(Problem description):
Pull every line that includes the word "Locations" out of the data below and copy it.

Saved data entries:
»»

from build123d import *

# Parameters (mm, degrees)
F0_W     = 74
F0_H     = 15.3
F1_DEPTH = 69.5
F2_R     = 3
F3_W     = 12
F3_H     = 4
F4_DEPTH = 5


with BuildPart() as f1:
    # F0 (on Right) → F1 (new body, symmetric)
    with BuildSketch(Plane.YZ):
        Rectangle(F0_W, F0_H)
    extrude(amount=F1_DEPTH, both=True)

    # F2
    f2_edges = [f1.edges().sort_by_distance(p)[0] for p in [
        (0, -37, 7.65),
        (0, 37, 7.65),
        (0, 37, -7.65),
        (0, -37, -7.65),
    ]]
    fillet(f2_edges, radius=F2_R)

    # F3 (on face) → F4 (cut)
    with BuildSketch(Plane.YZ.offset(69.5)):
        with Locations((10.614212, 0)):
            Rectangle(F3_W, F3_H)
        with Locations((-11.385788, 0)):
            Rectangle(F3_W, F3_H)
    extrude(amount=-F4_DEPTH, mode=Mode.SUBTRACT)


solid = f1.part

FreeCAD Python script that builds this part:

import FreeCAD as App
import Part
import Sketcher

V = App.Vector


def edges_at(feature, points):
    """Names of the edges that pass closest to the given points."""
    edges = feature.Shape.Edges
    near = lambda p: min(range(len(edges)), key=lambda i: edges[i].distToShape(Part.Vertex(*p))[0])
    return sorted({f"Edge{near(p) + 1}" for p in points})

doc = App.newDocument("Part")
body = doc.addObject("PartDesign::Body", "Body")

sketch1 = doc.addObject("Sketcher::SketchObject", "Sketch")
body.addObject(sketch1)
sketch1.AttachmentSupport = (doc.YZ_Plane, [""])
sketch1.MapMode = "FlatFace"
sketch1.addGeometry(Part.LineSegment(V(-37, 7.65, 0), V(-37, -7.65, 0)), False)
sketch1.addGeometry(Part.LineSegment(V(-37, -7.65, 0), V(37, -7.65, 0)), False)
sketch1.addGeometry(Part.LineSegment(V(37, -7.65, 0), V(37, 7.65, 0)), False)
sketch1.addGeometry(Part.LineSegment(V(37, 7.65, 0), V(-37, 7.65, 0)), False)
sketch1.addConstraint(Sketcher.Constraint("Coincident", 0, 2, 1, 1))
sketch1.addConstraint(Sketcher.Constraint("Coincident", 1, 2, 2, 1))
sketch1.addConstraint(Sketcher.Constraint("Coincident", 2, 2, 3, 1))
sketch1.addConstraint(Sketcher.Constraint("Coincident", 3, 2, 0, 1))
sketch1.addConstraint(Sketcher.Constraint("Vertical", 0))
sketch1.addConstraint(Sketcher.Constraint("Horizontal", 1))
sketch1.addConstraint(Sketcher.Constraint("Vertical", 2))
sketch1.addConstraint(Sketcher.Constraint("Horizontal", 3))
sketch1.addConstraint(Sketcher.Constraint("Symmetric", 0, 2, 2, 2, -1, 1))
sketch1.addConstraint(Sketcher.Constraint("DistanceX", 1, 1, 1, 2, 74.0))
sketch1.addConstraint(Sketcher.Constraint("DistanceY", 0, 2, 0, 1, 15.3))
pad1 = doc.addObject("PartDesign::Pad", "Pad")
body.addObject(pad1)
pad1.Profile = sketch1
pad1.Length = 139
pad1.Midplane = True
doc.recompute()

fillet = doc.addObject("PartDesign::Fillet", "Fillet")
body.addObject(fillet)
fillet.Base = (pad1, edges_at(pad1, [
    (0, -37, 7.65),
    (0, 37, 7.65),
    (0, 37, -7.65),
    (0, -37, -7.65),
]))
fillet.Radius = 3

sketch2 = doc.addObject("Sketcher::SketchObject", "Sketch001")
body.addObject(sketch2)
sketch2.AttachmentSupport = (doc.YZ_Plane, [""])
sketch2.MapMode = "FlatFace"
sketch2.AttachmentOffset = App.Placement(V(0, 0, 69.5), App.Rotation())
sketch2.addGeometry(Part.LineSegment(V(4.614212, 2, 0), V(4.614212, -2, 0)), False)
sketch2.addGeometry(Part.LineSegment(V(4.614212, -2, 0), V(16.614212, -2, 0)), False)
sketch2.addGeometry(Part.LineSegment(V(16.614212, -2, 0), V(16.614212, 2, 0)), False)
sketch2.addGeometry(Part.LineSegment(V(16.614212, 2, 0), V(4.614212, 2, 0)), False)
sketch2.addGeometry(Part.LineSegment(V(-17.385788, 2, 0), V(-17.385788, -2, 0)), False)
sketch2.addGeometry(Part.LineSegment(V(-17.385788, -2, 0), V(-5.385788, -2, 0)), False)
sketch2.addGeometry(Part.LineSegment(V(-5.385788, -2, 0), V(-5.385788, 2, 0)), False)
sketch2.addGeometry(Part.LineSegment(V(-5.385788, 2, 0), V(-17.385788, 2, 0)), False)
sketch2.addConstraint(Sketcher.Constraint("Coincident", 0, 2, 1, 1))
sketch2.addConstraint(Sketcher.Constraint("Coincident", 1, 2, 2, 1))
sketch2.addConstraint(Sketcher.Constraint("Coincident", 2, 2, 3, 1))
sketch2.addConstraint(Sketcher.Constraint("Coincident", 3, 2, 0, 1))
sketch2.addConstraint(Sketcher.Constraint("Coincident", 4, 2, 5, 1))
sketch2.addConstraint(Sketcher.Constraint("Coincident", 5, 2, 6, 1))
sketch2.addConstraint(Sketcher.Constraint("Coincident", 6, 2, 7, 1))
sketch2.addConstraint(Sketcher.Constraint("Coincident", 7, 2, 4, 1))
sketch2.addConstraint(Sketcher.Constraint("Vertical", 0))
sketch2.addConstraint(Sketcher.Constraint("Horizontal", 1))
sketch2.addConstraint(Sketcher.Constraint("Vertical", 2))
sketch2.addConstraint(Sketcher.Constraint("Horizontal", 3))
sketch2.addConstraint(Sketcher.Constraint("Vertical", 4))
sketch2.addConstraint(Sketcher.Constraint("Horizontal", 5))
sketch2.addConstraint(Sketcher.Constraint("Vertical", 6))
sketch2.addConstraint(Sketcher.Constraint("Horizontal", 7))
sketch2.addConstraint(Sketcher.Constraint("Horizontal", 1, 2, 4, 2))
sketch2.addConstraint(Sketcher.Constraint("Horizontal", 3, 2, 6, 2))
sketch2.addConstraint(Sketcher.Constraint("Equal", 3, 5))
sketch2.addConstraint(Sketcher.Constraint("DistanceX", 1, 1, 1, 2, 12.0))
sketch2.addConstraint(Sketcher.Constraint("DistanceY", 0, 2, 0, 1, 4.0))
sketch2.addConstraint(Sketcher.Constraint("DistanceY", 0, 2, -1, 1, 2.0))
sketch2.addConstraint(Sketcher.Constraint("DistanceX", 4, 2, 0, 2, 22.0))
sketch2.addConstraint(Sketcher.Constraint("DistanceX", -1, 1, 1, 2, 16.614212))
pocket1 = doc.addObject("PartDesign::Pocket", "Pocket")
body.addObject(pocket1)
pocket1.Profile = sketch2
pocket1.Length = 5

doc.recompute()
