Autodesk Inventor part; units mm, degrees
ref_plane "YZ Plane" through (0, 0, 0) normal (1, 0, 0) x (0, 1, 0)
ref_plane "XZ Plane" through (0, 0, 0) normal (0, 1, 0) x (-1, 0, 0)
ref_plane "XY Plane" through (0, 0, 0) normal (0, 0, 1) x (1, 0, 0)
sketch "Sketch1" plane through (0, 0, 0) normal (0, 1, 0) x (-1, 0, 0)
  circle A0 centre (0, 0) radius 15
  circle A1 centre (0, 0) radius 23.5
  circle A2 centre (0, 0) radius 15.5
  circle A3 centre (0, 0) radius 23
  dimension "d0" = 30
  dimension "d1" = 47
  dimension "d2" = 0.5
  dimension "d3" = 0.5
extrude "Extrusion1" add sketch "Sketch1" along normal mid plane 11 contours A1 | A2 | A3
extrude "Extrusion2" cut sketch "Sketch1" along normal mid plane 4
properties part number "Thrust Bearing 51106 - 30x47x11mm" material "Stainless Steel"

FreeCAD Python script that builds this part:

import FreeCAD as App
import Part
import Sketcher
from FreeCAD import Vector

doc = App.newDocument("Part")
body = doc.addObject("PartDesign::Body", "Body")

sketch1 = body.newObject("Sketcher::SketchObject", "Sketch")
sketch1.AttachmentSupport = (doc.getObject("XZ_Plane"), [""])
sketch1.MapMode = "FlatFace"
sketch1.addGeometry(Part.Circle(Vector(0, 0, 0), Vector(0, 0, 1), 24), False)
sketch1.addGeometry(Part.Circle(Vector(0, 0, 0), Vector(0, 0, 1), 15), False)
sketch1.addConstraint(Sketcher.Constraint("Coincident", 0, 3, -1, 1))
sketch1.addConstraint(Sketcher.Constraint("Coincident", 1, 3, -1, 1))
sketch1.addConstraint(Sketcher.Constraint("Diameter", 0, 47.0))
sketch1.addConstraint(Sketcher.Constraint("Diameter", 1, 30.0))
pad1 = body.newObject("PartDesign::Pad", "Pad")
pad1.Profile = sketch1
pad1.Length = 11
pad1.Midplane = True

sketch2 = body.newObject("Sketcher::SketchObject", "Sketch001")
sketch2.AttachmentSupport = (doc.getObject("XZ_Plane"), [""])
sketch2.MapMode = "FlatFace"
sketch2.addGeometry(Part.Circle(Vector(0, 0, 0), Vector(0, 0, 1), 24), False)
sketch2.addGeometry(Part.Circle(Vector(0, 0, 0), Vector(0, 0, 1), 23), False)
sketch2.addGeometry(Part.Circle(Vector(0, 0, 0), Vector(0, 0, 1), 16), False)
sketch2.addGeometry(Part.Circle(Vector(0, 0, 0), Vector(0, 0, 1), 15), False)
sketch2.addConstraint(Sketcher.Constraint("Coincident", 0, 3, -1, 1))
sketch2.addConstraint(Sketcher.Constraint("Coincident", 1, 3, -1, 1))
sketch2.addConstraint(Sketcher.Constraint("Coincident", 2, 3, -1, 1))
sketch2.addConstraint(Sketcher.Constraint("Coincident", 3, 3, -1, 1))
sketch2.addConstraint(Sketcher.Constraint("Diameter", 0, 47.0))
sketch2.addConstraint(Sketcher.Constraint("Diameter", 3, 30.0))
sketch2.addConstraint(Sketcher.Constraint("Diameter", 1, 46.0))
sketch2.addConstraint(Sketcher.Constraint("Diameter", 2, 31.0))
pocket1 = body.newObject("PartDesign::Pocket", "Pocket")
pocket1.Profile = sketch2
pocket1.Length = 4
pocket1.Midplane = True

doc.recompute()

««

(Result):
        with Locations((10.614212, 0)):
        with Locations((-11.385788, 0)):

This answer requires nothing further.